Lines from the one containing "#53=FACE_BOUND('',#52,.T.);" through the last line of the records below are to be repeated exactly.

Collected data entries
[Start of section]

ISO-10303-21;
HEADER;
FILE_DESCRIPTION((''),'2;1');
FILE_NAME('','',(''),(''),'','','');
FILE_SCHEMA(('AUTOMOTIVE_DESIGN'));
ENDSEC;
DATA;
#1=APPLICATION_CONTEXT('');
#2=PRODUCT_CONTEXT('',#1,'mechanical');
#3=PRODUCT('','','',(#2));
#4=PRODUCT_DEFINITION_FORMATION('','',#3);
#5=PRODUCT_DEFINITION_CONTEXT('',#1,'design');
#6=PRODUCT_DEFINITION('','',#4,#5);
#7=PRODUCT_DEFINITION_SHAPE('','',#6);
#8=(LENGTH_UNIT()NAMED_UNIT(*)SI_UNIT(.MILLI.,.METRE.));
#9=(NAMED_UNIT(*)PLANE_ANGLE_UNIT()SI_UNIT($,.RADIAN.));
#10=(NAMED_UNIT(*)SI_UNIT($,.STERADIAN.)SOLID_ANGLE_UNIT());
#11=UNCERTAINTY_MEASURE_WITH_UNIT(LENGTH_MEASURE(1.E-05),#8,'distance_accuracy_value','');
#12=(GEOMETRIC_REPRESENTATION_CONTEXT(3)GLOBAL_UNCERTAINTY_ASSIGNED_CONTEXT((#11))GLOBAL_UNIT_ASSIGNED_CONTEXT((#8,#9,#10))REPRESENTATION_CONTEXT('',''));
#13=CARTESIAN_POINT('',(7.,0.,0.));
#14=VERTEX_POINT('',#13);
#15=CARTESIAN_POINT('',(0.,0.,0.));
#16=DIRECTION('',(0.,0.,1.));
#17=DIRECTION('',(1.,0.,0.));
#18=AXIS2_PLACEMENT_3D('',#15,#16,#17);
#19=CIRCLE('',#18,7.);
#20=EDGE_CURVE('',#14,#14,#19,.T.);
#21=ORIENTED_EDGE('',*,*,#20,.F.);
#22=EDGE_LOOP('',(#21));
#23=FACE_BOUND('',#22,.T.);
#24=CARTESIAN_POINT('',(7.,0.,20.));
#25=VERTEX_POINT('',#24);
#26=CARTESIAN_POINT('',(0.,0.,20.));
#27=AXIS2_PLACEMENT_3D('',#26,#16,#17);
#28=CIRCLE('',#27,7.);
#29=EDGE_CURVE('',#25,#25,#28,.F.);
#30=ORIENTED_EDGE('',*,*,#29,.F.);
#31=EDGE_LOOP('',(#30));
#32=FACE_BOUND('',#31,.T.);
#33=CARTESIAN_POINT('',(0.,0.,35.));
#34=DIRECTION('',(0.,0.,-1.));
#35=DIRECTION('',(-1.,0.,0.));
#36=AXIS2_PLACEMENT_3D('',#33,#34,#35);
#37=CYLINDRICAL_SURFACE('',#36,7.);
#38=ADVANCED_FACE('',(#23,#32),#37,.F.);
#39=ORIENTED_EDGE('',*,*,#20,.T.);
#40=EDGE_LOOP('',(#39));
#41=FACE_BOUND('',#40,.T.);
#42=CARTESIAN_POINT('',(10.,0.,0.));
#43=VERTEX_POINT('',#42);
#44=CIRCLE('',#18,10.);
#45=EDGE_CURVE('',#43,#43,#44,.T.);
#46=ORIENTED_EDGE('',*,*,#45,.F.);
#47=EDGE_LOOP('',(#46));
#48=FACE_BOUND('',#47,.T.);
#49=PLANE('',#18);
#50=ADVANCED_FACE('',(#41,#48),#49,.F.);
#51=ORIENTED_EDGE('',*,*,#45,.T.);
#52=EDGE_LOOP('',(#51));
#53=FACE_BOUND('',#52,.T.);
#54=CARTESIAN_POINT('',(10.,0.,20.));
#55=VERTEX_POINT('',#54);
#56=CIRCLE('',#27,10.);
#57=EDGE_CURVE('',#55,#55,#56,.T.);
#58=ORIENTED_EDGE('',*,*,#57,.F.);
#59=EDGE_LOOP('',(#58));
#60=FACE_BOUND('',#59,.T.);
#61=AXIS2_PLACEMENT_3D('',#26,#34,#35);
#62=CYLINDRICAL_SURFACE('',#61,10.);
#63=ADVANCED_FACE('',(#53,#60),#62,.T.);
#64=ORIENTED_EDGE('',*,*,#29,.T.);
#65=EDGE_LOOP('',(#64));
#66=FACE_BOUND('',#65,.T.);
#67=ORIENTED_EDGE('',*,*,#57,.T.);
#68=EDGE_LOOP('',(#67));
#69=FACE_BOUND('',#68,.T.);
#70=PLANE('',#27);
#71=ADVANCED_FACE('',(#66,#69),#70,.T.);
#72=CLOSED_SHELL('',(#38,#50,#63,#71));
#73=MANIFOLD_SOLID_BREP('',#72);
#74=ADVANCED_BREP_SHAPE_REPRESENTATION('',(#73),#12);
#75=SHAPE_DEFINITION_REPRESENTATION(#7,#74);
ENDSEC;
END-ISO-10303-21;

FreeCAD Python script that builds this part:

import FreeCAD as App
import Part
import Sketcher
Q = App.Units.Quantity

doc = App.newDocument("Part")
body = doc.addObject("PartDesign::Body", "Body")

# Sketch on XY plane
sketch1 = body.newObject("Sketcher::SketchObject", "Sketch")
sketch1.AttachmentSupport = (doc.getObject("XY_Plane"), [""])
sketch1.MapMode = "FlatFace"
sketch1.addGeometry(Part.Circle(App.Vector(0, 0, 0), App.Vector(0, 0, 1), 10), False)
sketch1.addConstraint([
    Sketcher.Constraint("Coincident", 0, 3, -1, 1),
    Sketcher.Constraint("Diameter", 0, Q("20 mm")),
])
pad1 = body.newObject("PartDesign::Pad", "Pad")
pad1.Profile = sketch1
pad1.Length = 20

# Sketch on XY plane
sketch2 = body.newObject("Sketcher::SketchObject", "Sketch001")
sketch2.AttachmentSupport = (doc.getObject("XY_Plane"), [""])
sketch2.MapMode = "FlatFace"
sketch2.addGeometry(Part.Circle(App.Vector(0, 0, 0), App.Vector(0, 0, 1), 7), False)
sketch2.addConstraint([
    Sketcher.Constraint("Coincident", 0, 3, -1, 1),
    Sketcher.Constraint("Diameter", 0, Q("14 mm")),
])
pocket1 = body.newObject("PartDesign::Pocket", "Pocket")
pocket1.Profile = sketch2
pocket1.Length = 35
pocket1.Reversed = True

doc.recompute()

[End of section]

> _SOLUTION FOR THIS PROBLEM_:
#53=FACE_BOUND('',#52,.T.);
#54=CARTESIAN_POINT('',(10.,0.,20.));
#55=VERTEX_POINT('',#54);
#56=CIRCLE('',#27,10.);
#57=EDGE_CURVE('',#55,#55,#56,.T.);
#58=ORIENTED_EDGE('',*,*,#57,.F.);
#59=EDGE_LOOP('',(#58));
#60=FACE_BOUND('',#59,.T.);
#61=AXIS2_PLACEMENT_3D('',#26,#34,#35);
#62=CYLINDRICAL_SURFACE('',#61,10.);
#63=ADVANCED_FACE('',(#53,#60),#62,.T.);
#64=ORIENTED_EDGE('',*,*,#29,.T.);
#65=EDGE_LOOP('',(#64));
#66=FACE_BOUND('',#65,.T.);
#67=ORIENTED_EDGE('',*,*,#57,.T.);
#68=EDGE_LOOP('',(#67));
#69=FACE_BOUND('',#68,.T.);
#70=PLANE('',#27);
#71=ADVANCED_FACE('',(#66,#69),#70,.T.);
#72=CLOSED_SHELL('',(#38,#50,#63,#71));
#73=MANIFOLD_SOLID_BREP('',#72);
#74=ADVANCED_BREP_SHAPE_REPRESENTATION('',(#73),#12);
#75=SHAPE_DEFINITION_REPRESENTATION(#7,#74);
ENDSEC;
END-ISO-10303-21;

FreeCAD Python script that builds this part:

import FreeCAD as App
import Part
import Sketcher
Q = App.Units.Quantity

doc = App.newDocument("Part")
body = doc.addObject("PartDesign::Body", "Body")

# Sketch on XY plane
sketch1 = body.newObject("Sketcher::SketchObject", "Sketch")
sketch1.AttachmentSupport = (doc.getObject("XY_Plane"), [""])
sketch1.MapMode = "FlatFace"
sketch1.addGeometry(Part.Circle(App.Vector(0, 0, 0), App.Vector(0, 0, 1), 10), False)
sketch1.addConstraint([
    Sketcher.Constraint("Coincident", 0, 3, -1, 1),
    Sketcher.Constraint("Diameter", 0, Q("20 mm")),
])
pad1 = body.newObject("PartDesign::Pad", "Pad")
pad1.Profile = sketch1
pad1.Length = 20

# Sketch on XY plane
sketch2 = body.newObject("Sketcher::SketchObject", "Sketch001")
sketch2.AttachmentSupport = (doc.getObject("XY_Plane"), [""])
sketch2.MapMode = "FlatFace"
sketch2.addGeometry(Part.Circle(App.Vector(0, 0, 0), App.Vector(0, 0, 1), 7), False)
sketch2.addConstraint([
    Sketcher.Constraint("Coincident", 0, 3, -1, 1),
    Sketcher.Constraint("Diameter", 0, Q("14 mm")),
])
pocket1 = body.newObject("PartDesign::Pocket", "Pocket")
pocket1.Profile = sketch2
pocket1.Length = 35
pocket1.Reversed = True

doc.recompute()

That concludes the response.